▶ [WORK REQUIRED]
What appears from the first line of the records below through the line containing "v 510.474 -152.4 151.91" must be reproduced verbatim.

▶ [GIVEN INFORMATION]
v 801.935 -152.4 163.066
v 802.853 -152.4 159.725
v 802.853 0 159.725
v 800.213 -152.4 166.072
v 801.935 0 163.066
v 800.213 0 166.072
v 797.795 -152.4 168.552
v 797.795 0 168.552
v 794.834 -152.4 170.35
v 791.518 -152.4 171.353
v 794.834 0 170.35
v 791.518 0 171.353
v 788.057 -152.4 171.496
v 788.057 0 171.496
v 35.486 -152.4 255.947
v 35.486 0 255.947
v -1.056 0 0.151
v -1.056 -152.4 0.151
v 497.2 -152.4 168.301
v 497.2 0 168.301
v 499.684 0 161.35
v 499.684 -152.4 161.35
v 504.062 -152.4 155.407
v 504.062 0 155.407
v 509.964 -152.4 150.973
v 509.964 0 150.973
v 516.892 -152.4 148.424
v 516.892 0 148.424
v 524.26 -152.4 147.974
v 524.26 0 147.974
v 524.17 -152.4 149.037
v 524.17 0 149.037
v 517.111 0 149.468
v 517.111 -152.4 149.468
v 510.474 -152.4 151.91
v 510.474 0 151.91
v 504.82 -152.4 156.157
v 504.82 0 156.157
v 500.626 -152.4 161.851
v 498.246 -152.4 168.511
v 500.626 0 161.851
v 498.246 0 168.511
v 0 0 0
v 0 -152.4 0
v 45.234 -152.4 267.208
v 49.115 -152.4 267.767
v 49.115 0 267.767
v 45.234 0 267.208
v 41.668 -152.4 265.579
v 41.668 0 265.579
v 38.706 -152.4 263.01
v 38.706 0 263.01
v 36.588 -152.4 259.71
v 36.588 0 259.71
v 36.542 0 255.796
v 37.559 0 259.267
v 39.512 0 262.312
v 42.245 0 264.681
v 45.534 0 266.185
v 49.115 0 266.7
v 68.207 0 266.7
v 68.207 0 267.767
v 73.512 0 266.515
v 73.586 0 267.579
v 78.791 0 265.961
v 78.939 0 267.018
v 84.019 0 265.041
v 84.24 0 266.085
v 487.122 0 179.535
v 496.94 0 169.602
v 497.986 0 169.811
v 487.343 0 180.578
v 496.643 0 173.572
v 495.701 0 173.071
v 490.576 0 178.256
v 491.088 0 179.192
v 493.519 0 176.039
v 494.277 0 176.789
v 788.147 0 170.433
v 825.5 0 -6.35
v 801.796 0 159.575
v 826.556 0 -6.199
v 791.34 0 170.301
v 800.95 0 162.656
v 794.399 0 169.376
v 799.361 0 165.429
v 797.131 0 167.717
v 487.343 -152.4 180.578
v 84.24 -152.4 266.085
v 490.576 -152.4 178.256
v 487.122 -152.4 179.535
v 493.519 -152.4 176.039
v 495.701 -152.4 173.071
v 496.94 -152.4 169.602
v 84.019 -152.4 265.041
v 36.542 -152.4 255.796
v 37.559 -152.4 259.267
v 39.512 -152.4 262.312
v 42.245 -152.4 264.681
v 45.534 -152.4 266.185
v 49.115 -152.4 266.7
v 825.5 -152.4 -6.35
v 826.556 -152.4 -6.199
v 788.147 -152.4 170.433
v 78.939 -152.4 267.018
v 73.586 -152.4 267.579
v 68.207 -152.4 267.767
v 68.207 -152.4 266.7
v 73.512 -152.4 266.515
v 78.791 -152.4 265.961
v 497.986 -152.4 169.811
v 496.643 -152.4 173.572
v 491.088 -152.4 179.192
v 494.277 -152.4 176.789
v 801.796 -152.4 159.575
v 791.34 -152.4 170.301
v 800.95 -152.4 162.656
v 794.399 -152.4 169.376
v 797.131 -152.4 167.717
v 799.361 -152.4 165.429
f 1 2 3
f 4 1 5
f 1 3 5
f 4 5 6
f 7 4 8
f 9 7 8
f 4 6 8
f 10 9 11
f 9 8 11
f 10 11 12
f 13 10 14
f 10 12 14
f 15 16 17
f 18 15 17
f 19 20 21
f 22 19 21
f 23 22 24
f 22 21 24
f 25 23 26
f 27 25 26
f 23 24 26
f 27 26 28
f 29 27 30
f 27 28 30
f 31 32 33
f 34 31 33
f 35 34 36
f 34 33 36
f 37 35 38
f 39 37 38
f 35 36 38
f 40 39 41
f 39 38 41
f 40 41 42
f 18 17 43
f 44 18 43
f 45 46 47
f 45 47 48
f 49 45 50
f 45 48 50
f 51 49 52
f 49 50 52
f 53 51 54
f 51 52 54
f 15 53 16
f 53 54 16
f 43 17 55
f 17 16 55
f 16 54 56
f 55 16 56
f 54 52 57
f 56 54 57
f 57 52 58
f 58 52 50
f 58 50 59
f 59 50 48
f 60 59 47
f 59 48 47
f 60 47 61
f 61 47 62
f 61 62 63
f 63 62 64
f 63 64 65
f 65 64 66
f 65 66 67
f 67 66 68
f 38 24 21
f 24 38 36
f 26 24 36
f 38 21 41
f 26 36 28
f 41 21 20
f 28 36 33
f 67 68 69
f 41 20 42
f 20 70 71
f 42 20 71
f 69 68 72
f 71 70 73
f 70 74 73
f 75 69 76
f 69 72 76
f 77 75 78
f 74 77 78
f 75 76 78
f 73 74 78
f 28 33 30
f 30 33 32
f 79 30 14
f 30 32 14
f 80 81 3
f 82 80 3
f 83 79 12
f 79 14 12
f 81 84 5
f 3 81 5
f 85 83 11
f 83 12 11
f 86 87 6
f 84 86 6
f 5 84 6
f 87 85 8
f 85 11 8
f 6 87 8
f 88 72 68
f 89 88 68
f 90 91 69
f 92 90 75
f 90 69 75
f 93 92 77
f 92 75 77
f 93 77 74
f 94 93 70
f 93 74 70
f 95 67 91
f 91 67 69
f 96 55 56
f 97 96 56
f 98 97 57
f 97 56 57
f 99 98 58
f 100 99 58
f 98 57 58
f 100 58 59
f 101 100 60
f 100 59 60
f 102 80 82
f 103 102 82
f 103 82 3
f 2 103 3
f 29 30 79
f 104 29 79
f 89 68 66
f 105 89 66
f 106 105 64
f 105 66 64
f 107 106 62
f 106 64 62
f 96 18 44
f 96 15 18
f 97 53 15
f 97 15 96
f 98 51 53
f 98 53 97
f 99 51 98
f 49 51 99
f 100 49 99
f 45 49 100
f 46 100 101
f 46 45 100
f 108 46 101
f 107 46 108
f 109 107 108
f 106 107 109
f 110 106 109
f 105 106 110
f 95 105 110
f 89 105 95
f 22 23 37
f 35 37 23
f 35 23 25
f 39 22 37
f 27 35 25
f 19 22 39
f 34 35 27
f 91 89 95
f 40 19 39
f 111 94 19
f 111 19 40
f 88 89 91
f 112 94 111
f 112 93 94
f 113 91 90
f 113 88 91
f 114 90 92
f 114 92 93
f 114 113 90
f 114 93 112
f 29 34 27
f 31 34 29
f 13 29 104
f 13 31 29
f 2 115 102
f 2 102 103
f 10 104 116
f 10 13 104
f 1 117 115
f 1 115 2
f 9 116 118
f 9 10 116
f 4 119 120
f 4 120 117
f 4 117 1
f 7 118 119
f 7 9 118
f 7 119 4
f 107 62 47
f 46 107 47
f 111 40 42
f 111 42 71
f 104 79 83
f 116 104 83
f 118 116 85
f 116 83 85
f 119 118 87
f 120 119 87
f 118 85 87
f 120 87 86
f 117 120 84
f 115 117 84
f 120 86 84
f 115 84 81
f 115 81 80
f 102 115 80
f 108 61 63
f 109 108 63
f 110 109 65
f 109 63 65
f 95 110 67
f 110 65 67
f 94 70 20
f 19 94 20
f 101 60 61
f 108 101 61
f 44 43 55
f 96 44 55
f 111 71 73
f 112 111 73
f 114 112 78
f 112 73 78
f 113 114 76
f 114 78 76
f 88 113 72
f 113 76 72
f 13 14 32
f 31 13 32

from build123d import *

# Parameters (mm, degrees)
F1_DEPTH = 152.4


with BuildPart() as f1:
    # F0 (on Front) → F1 (new body)
    with BuildSketch(Plane.XZ):
        with BuildLine():
            Line((-1.056078, 0.150868), (0, 0))
            Line((0, 0), (36.542293, 255.796051))
            ThreePointArc((36.542293, 255.796051), (40.793589, 263.594265), (49.114652, 266.7))
            Line((49.114652, 266.7), (68.207103, 266.7))
            ThreePointArc((68.207103, 266.7), (76.156388, 266.284226), (84.018924, 265.04144))
            Line((84.018924, 265.04144), (487.121544, 179.534824))
            ThreePointArc((487.121544, 179.534824), (493.518553, 176.039147), (496.939615, 169.601926))
            Line((496.939615, 169.601926), (497.199711, 168.301447))
            ThreePointArc((497.199711, 168.301447), (506.851257, 152.974208), (524.260375, 147.974287))
            Line((524.260375, 147.974287), (788.147179, 170.432739))
            ThreePointArc((788.147179, 170.432739), (797.130539, 167.717236), (801.796495, 159.574535))
            Line((801.796495, 159.574535), (825.5, -6.35))
            Line((825.5, -6.35), (826.556078, -6.199132))
            Line((826.556078, -6.199132), (802.852573, 159.725403))
            ThreePointArc((802.852573, 159.725403), (797.794677, 168.552091), (788.056714, 171.495696))
            Line((788.056714, 171.495696), (524.169911, 149.037245))
            ThreePointArc((524.169911, 149.037245), (507.491976, 153.827168), (498.245794, 168.510664))
            Line((498.245794, 168.510664), (497.985698, 169.811142))
            ThreePointArc((497.985698, 169.811142), (494.277267, 176.78909), (487.342909, 180.578404))
            Line((487.342909, 180.578404), (84.24029, 266.08502))
            ThreePointArc((84.24029, 266.08502), (76.267678, 267.345205), (68.207103, 267.7668))
            Line((68.207103, 267.7668), (49.114652, 267.7668))
            ThreePointArc((49.114652, 267.7668), (40.09462, 264.400184), (35.486215, 255.94692))
            Line((35.486215, 255.94692), (-1.056078, 0.150868))
        make_face()
    extrude(amount=F1_DEPTH)


solid = f1.part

▶ [RESULT OF THE TASK]
v 801.935 -152.4 163.066
v 802.853 -152.4 159.725
v 802.853 0 159.725
v 800.213 -152.4 166.072
v 801.935 0 163.066
v 800.213 0 166.072
v 797.795 -152.4 168.552
v 797.795 0 168.552
v 794.834 -152.4 170.35
v 791.518 -152.4 171.353
v 794.834 0 170.35
v 791.518 0 171.353
v 788.057 -152.4 171.496
v 788.057 0 171.496
v 35.486 -152.4 255.947
v 35.486 0 255.947
v -1.056 0 0.151
v -1.056 -152.4 0.151
v 497.2 -152.4 168.301
v 497.2 0 168.301
v 499.684 0 161.35
v 499.684 -152.4 161.35
v 504.062 -152.4 155.407
v 504.062 0 155.407
v 509.964 -152.4 150.973
v 509.964 0 150.973
v 516.892 -152.4 148.424
v 516.892 0 148.424
v 524.26 -152.4 147.974
v 524.26 0 147.974
v 524.17 -152.4 149.037
v 524.17 0 149.037
v 517.111 0 149.468
v 517.111 -152.4 149.468
v 510.474 -152.4 151.91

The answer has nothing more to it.